┌────────

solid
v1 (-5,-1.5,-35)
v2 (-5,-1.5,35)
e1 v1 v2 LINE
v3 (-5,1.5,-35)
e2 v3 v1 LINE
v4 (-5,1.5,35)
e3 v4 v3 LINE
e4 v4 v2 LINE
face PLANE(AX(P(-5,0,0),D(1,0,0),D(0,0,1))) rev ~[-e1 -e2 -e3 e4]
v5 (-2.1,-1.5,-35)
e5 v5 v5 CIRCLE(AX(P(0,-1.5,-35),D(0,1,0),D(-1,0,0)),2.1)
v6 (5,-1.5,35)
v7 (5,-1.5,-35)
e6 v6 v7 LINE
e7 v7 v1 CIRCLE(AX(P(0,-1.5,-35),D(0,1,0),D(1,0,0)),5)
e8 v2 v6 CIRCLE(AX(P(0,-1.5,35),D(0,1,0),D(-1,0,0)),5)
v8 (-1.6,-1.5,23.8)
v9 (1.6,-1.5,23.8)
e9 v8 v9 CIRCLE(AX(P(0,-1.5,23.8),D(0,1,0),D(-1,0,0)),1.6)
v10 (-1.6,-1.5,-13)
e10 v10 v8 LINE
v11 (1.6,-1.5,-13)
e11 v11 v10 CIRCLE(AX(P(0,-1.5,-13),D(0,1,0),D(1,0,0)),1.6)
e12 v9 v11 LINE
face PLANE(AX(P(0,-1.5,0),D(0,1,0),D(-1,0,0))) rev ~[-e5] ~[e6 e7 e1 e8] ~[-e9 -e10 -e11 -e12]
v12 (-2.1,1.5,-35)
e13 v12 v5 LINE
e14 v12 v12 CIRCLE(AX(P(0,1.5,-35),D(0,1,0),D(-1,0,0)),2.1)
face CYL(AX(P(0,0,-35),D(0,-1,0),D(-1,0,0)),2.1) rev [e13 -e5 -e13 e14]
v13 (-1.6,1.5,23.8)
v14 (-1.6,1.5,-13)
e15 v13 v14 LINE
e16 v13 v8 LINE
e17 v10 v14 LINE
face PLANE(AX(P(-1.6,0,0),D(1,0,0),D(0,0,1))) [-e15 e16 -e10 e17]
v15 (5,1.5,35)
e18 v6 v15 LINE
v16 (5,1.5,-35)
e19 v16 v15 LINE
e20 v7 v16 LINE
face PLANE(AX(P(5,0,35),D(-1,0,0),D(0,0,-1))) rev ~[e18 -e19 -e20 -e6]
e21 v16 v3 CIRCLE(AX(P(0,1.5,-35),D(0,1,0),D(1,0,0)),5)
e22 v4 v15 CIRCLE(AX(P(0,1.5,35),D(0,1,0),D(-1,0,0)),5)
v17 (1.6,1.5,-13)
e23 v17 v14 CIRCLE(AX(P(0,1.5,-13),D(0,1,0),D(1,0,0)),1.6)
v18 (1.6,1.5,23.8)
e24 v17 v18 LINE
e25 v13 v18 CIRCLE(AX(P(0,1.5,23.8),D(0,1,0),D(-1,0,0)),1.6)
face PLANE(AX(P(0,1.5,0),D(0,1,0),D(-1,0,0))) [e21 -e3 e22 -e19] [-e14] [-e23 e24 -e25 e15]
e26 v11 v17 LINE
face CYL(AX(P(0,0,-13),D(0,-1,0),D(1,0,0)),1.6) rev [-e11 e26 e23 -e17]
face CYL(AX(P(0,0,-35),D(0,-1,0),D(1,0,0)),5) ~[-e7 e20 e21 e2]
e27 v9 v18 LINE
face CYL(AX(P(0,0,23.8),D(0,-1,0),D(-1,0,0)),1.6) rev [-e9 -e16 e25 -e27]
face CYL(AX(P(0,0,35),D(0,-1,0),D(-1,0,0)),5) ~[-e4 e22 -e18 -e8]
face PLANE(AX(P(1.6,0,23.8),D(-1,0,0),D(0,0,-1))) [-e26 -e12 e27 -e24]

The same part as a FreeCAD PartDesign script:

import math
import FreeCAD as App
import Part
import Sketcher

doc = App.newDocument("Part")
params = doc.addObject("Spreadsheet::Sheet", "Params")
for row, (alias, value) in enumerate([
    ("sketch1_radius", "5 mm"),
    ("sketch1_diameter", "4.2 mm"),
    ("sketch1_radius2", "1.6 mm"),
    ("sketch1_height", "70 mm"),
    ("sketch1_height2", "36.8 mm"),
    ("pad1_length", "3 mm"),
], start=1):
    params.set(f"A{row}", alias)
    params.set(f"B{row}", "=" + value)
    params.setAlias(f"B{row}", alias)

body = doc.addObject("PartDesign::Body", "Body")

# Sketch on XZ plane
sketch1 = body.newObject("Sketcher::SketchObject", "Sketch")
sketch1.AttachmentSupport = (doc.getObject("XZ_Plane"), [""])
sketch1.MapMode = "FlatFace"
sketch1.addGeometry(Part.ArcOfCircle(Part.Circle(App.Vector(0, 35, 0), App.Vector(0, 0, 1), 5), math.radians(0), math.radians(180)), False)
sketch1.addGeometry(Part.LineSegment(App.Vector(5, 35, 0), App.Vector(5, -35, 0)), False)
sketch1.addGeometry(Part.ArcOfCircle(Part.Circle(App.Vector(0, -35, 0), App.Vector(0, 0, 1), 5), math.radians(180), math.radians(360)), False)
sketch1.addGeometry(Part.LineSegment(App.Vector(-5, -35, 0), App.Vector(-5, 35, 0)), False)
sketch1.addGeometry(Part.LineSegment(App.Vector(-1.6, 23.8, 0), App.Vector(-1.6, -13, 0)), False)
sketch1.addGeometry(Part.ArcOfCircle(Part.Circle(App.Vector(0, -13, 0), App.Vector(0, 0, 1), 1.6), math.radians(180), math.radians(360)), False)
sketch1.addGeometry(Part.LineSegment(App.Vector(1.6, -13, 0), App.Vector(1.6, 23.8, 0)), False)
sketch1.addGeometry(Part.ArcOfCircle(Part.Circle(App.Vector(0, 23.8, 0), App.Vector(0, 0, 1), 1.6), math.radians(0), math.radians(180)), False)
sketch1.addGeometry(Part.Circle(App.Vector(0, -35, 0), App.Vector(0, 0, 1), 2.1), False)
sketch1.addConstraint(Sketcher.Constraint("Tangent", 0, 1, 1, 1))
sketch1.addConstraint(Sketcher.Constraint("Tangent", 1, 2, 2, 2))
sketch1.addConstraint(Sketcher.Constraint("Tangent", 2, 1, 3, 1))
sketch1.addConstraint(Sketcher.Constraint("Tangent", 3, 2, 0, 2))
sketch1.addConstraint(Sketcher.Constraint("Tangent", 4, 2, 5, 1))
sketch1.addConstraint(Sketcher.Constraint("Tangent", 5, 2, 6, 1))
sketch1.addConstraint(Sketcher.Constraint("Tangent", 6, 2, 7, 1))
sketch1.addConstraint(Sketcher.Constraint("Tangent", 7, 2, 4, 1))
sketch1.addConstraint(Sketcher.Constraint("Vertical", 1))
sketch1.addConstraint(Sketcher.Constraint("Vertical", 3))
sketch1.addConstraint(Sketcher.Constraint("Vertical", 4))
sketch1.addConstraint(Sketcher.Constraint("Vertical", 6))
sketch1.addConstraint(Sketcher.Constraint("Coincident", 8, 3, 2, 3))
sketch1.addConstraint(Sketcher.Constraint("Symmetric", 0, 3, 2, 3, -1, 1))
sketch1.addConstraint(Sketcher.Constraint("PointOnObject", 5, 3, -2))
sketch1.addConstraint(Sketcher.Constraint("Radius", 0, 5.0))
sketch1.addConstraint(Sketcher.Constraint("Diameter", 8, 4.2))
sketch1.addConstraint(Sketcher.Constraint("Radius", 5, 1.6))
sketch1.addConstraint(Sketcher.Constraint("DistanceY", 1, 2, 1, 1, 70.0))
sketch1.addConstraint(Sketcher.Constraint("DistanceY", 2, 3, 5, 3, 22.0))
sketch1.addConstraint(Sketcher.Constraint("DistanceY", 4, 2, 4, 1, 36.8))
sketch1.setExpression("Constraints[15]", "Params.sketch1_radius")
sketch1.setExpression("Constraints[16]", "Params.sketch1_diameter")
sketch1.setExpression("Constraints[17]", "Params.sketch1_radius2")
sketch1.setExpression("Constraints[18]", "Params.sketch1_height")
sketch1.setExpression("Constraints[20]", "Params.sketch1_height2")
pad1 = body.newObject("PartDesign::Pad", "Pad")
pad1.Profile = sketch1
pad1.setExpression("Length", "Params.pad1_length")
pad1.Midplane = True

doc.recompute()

└────────

Copy range, inclusive: the line holding "e4 v4 v2 LINE" to the line holding "The same part". Reproduce exactly those lines of the records above and no others.

- Answer to this problem -
e4 v4 v2 LINE
face PLANE(AX(P(-5,0,0),D(1,0,0),D(0,0,1))) rev ~[-e1 -e2 -e3 e4]
v5 (-2.1,-1.5,-35)
e5 v5 v5 CIRCLE(AX(P(0,-1.5,-35),D(0,1,0),D(-1,0,0)),2.1)
v6 (5,-1.5,35)
v7 (5,-1.5,-35)
e6 v6 v7 LINE
e7 v7 v1 CIRCLE(AX(P(0,-1.5,-35),D(0,1,0),D(1,0,0)),5)
e8 v2 v6 CIRCLE(AX(P(0,-1.5,35),D(0,1,0),D(-1,0,0)),5)
v8 (-1.6,-1.5,23.8)
v9 (1.6,-1.5,23.8)
e9 v8 v9 CIRCLE(AX(P(0,-1.5,23.8),D(0,1,0),D(-1,0,0)),1.6)
v10 (-1.6,-1.5,-13)
e10 v10 v8 LINE
v11 (1.6,-1.5,-13)
e11 v11 v10 CIRCLE(AX(P(0,-1.5,-13),D(0,1,0),D(1,0,0)),1.6)
e12 v9 v11 LINE
face PLANE(AX(P(0,-1.5,0),D(0,1,0),D(-1,0,0))) rev ~[-e5] ~[e6 e7 e1 e8] ~[-e9 -e10 -e11 -e12]
v12 (-2.1,1.5,-35)
e13 v12 v5 LINE
e14 v12 v12 CIRCLE(AX(P(0,1.5,-35),D(0,1,0),D(-1,0,0)),2.1)
face CYL(AX(P(0,0,-35),D(0,-1,0),D(-1,0,0)),2.1) rev [e13 -e5 -e13 e14]
v13 (-1.6,1.5,23.8)
v14 (-1.6,1.5,-13)
e15 v13 v14 LINE
e16 v13 v8 LINE
e17 v10 v14 LINE
face PLANE(AX(P(-1.6,0,0),D(1,0,0),D(0,0,1))) [-e15 e16 -e10 e17]
v15 (5,1.5,35)
e18 v6 v15 LINE
v16 (5,1.5,-35)
e19 v16 v15 LINE
e20 v7 v16 LINE
face PLANE(AX(P(5,0,35),D(-1,0,0),D(0,0,-1))) rev ~[e18 -e19 -e20 -e6]
e21 v16 v3 CIRCLE(AX(P(0,1.5,-35),D(0,1,0),D(1,0,0)),5)
e22 v4 v15 CIRCLE(AX(P(0,1.5,35),D(0,1,0),D(-1,0,0)),5)
v17 (1.6,1.5,-13)
e23 v17 v14 CIRCLE(AX(P(0,1.5,-13),D(0,1,0),D(1,0,0)),1.6)
v18 (1.6,1.5,23.8)
e24 v17 v18 LINE
e25 v13 v18 CIRCLE(AX(P(0,1.5,23.8),D(0,1,0),D(-1,0,0)),1.6)
face PLANE(AX(P(0,1.5,0),D(0,1,0),D(-1,0,0))) [e21 -e3 e22 -e19] [-e14] [-e23 e24 -e25 e15]
e26 v11 v17 LINE
face CYL(AX(P(0,0,-13),D(0,-1,0),D(1,0,0)),1.6) rev [-e11 e26 e23 -e17]
face CYL(AX(P(0,0,-35),D(0,-1,0),D(1,0,0)),5) ~[-e7 e20 e21 e2]
e27 v9 v18 LINE
face CYL(AX(P(0,0,23.8),D(0,-1,0),D(-1,0,0)),1.6) rev [-e9 -e16 e25 -e27]
face CYL(AX(P(0,0,35),D(0,-1,0),D(-1,0,0)),5) ~[-e4 e22 -e18 -e8]
face PLANE(AX(P(1.6,0,23.8),D(-1,0,0),D(0,0,-1))) [-e26 -e12 e27 -e24]

The same part as a FreeCAD PartDesign script:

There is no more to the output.